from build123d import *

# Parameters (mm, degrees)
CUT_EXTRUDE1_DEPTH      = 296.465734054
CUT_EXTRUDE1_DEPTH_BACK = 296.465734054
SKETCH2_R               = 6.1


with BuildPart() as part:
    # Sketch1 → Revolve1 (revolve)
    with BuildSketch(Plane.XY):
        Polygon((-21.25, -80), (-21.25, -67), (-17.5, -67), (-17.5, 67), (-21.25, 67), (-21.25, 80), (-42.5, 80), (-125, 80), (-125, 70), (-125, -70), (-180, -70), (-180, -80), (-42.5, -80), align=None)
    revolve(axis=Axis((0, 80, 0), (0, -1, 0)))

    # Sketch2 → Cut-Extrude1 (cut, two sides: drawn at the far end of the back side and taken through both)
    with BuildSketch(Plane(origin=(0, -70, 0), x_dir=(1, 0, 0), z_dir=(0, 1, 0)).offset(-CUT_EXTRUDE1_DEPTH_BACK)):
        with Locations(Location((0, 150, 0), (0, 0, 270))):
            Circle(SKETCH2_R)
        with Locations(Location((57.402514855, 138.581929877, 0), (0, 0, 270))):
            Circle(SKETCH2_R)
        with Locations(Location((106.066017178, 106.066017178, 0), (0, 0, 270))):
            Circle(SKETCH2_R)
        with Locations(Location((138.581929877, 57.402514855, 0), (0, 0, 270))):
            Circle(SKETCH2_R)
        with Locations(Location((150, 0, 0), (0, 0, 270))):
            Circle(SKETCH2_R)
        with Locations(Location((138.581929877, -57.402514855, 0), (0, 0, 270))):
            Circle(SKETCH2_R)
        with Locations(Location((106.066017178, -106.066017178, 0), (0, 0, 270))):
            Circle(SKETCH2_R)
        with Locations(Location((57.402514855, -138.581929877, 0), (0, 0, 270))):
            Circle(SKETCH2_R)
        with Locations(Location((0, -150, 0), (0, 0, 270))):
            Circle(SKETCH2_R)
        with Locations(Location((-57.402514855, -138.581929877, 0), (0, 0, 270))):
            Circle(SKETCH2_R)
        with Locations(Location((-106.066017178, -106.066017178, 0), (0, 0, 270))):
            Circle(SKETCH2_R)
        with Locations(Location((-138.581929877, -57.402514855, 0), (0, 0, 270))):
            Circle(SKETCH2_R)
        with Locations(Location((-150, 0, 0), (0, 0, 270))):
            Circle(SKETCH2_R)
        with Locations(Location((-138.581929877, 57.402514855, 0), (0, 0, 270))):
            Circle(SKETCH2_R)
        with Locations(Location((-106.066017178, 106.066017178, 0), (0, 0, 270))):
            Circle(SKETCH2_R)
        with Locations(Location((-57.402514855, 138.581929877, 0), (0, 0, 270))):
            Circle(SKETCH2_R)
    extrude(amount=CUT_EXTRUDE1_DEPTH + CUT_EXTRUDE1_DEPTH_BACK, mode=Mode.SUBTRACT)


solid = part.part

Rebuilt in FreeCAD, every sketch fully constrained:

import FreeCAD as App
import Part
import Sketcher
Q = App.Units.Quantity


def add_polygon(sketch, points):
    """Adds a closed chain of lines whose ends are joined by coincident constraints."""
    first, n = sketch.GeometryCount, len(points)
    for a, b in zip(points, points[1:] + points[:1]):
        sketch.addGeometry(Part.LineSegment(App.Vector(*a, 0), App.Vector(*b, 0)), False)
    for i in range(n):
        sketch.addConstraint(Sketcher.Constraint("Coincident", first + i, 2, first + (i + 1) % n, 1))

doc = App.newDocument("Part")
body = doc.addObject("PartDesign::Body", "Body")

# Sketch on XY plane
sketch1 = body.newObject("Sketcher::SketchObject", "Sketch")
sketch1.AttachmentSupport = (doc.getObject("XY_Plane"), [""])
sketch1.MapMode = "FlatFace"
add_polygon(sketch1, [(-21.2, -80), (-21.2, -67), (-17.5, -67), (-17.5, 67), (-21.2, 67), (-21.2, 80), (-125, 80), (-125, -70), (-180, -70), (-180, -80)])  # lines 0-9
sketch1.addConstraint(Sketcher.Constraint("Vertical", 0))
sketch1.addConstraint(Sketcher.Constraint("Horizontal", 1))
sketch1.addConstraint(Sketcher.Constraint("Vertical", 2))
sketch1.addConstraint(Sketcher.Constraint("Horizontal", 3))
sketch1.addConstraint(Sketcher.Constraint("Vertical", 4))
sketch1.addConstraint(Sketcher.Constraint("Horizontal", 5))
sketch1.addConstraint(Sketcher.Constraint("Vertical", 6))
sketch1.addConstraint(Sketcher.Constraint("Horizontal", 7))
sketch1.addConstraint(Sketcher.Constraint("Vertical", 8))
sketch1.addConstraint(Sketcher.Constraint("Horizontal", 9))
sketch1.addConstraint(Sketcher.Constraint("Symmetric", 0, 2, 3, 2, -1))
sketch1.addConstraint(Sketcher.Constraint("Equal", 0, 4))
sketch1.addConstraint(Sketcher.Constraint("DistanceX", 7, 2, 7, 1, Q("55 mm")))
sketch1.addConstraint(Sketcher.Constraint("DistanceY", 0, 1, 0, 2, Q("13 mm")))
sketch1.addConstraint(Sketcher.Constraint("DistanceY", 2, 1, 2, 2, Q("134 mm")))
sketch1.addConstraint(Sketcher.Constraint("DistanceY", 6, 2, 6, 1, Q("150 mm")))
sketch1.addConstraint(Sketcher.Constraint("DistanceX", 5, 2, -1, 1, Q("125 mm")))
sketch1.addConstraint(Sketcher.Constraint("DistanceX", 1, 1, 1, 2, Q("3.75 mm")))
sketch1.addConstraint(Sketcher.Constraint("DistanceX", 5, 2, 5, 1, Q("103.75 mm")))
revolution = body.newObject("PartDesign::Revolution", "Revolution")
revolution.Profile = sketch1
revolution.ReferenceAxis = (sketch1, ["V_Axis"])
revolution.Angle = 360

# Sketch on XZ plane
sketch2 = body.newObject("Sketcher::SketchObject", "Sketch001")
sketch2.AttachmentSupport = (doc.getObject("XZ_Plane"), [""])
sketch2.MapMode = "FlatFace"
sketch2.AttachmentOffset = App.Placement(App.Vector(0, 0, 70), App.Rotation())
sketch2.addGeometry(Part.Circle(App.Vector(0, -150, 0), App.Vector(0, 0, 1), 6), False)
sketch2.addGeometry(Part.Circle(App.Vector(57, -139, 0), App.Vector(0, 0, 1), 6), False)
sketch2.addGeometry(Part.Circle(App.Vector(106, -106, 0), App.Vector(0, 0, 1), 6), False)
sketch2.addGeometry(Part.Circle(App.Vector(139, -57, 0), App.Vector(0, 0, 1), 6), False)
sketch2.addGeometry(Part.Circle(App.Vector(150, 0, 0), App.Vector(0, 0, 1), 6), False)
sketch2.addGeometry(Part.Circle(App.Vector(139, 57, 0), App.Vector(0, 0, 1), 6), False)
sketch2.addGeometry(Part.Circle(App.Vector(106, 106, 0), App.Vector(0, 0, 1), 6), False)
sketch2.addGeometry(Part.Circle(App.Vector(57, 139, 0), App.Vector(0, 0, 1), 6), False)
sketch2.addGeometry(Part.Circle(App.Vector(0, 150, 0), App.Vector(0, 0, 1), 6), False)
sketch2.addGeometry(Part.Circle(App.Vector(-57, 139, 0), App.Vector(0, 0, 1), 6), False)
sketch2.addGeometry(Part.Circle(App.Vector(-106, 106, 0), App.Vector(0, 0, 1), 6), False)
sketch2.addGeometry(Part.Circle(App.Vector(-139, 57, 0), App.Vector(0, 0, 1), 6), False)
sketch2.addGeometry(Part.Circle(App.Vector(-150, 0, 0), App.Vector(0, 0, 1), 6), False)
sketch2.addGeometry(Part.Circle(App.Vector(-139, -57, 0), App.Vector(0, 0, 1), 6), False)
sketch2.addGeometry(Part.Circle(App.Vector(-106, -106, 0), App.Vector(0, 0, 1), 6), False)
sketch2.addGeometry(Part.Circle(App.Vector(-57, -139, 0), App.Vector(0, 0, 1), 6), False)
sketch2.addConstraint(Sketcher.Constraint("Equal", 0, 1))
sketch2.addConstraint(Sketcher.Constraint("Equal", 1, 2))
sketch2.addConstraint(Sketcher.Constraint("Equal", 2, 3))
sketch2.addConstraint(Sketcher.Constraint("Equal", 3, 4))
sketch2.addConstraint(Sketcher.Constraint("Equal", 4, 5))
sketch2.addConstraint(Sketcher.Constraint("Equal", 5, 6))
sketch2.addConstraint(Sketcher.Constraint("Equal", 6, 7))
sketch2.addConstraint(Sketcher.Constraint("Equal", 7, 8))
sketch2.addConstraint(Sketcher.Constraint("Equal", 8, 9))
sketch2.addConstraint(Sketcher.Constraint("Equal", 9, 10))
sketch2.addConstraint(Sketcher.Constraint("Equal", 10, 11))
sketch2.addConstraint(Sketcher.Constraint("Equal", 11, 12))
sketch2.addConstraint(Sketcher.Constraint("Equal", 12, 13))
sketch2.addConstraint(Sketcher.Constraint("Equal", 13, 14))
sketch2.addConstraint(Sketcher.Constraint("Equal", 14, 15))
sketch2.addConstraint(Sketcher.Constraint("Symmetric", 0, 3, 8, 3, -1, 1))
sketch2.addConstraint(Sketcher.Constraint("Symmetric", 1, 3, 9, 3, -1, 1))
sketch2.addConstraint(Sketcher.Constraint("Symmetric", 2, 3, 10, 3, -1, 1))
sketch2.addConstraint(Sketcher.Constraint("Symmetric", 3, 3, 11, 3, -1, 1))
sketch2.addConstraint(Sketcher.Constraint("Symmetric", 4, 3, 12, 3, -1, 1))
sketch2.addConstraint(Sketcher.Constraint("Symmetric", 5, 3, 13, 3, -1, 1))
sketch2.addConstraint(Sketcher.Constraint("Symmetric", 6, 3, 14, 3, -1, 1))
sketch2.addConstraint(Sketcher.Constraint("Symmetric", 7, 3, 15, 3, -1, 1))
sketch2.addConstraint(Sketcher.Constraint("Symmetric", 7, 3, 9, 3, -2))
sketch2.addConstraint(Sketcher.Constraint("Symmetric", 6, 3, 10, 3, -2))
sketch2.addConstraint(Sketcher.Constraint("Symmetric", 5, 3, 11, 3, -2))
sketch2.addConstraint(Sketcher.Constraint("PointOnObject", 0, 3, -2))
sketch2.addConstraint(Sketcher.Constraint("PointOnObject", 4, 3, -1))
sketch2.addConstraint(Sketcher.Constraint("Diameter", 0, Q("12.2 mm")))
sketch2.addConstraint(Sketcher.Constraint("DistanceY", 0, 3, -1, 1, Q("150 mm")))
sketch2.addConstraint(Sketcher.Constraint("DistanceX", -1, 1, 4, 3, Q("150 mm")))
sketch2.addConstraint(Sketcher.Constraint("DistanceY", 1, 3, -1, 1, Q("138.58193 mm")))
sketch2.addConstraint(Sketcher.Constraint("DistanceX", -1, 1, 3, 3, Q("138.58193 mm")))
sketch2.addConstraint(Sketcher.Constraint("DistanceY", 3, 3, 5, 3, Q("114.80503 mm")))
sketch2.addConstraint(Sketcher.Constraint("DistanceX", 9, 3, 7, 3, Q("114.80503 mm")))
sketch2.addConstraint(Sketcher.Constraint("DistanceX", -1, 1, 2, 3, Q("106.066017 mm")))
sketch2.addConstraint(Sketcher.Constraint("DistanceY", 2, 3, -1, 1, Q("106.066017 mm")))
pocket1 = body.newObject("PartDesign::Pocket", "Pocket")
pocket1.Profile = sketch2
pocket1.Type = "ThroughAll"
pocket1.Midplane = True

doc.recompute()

■ ■ ■

● **Your instructions**:
From the records above, return each line where "revolve" occurs.

● **Response to this exercise**:
    # Sketch1 → Revolve1 (revolve)
    revolve(axis=Axis((0, 80, 0), (0, -1, 0)))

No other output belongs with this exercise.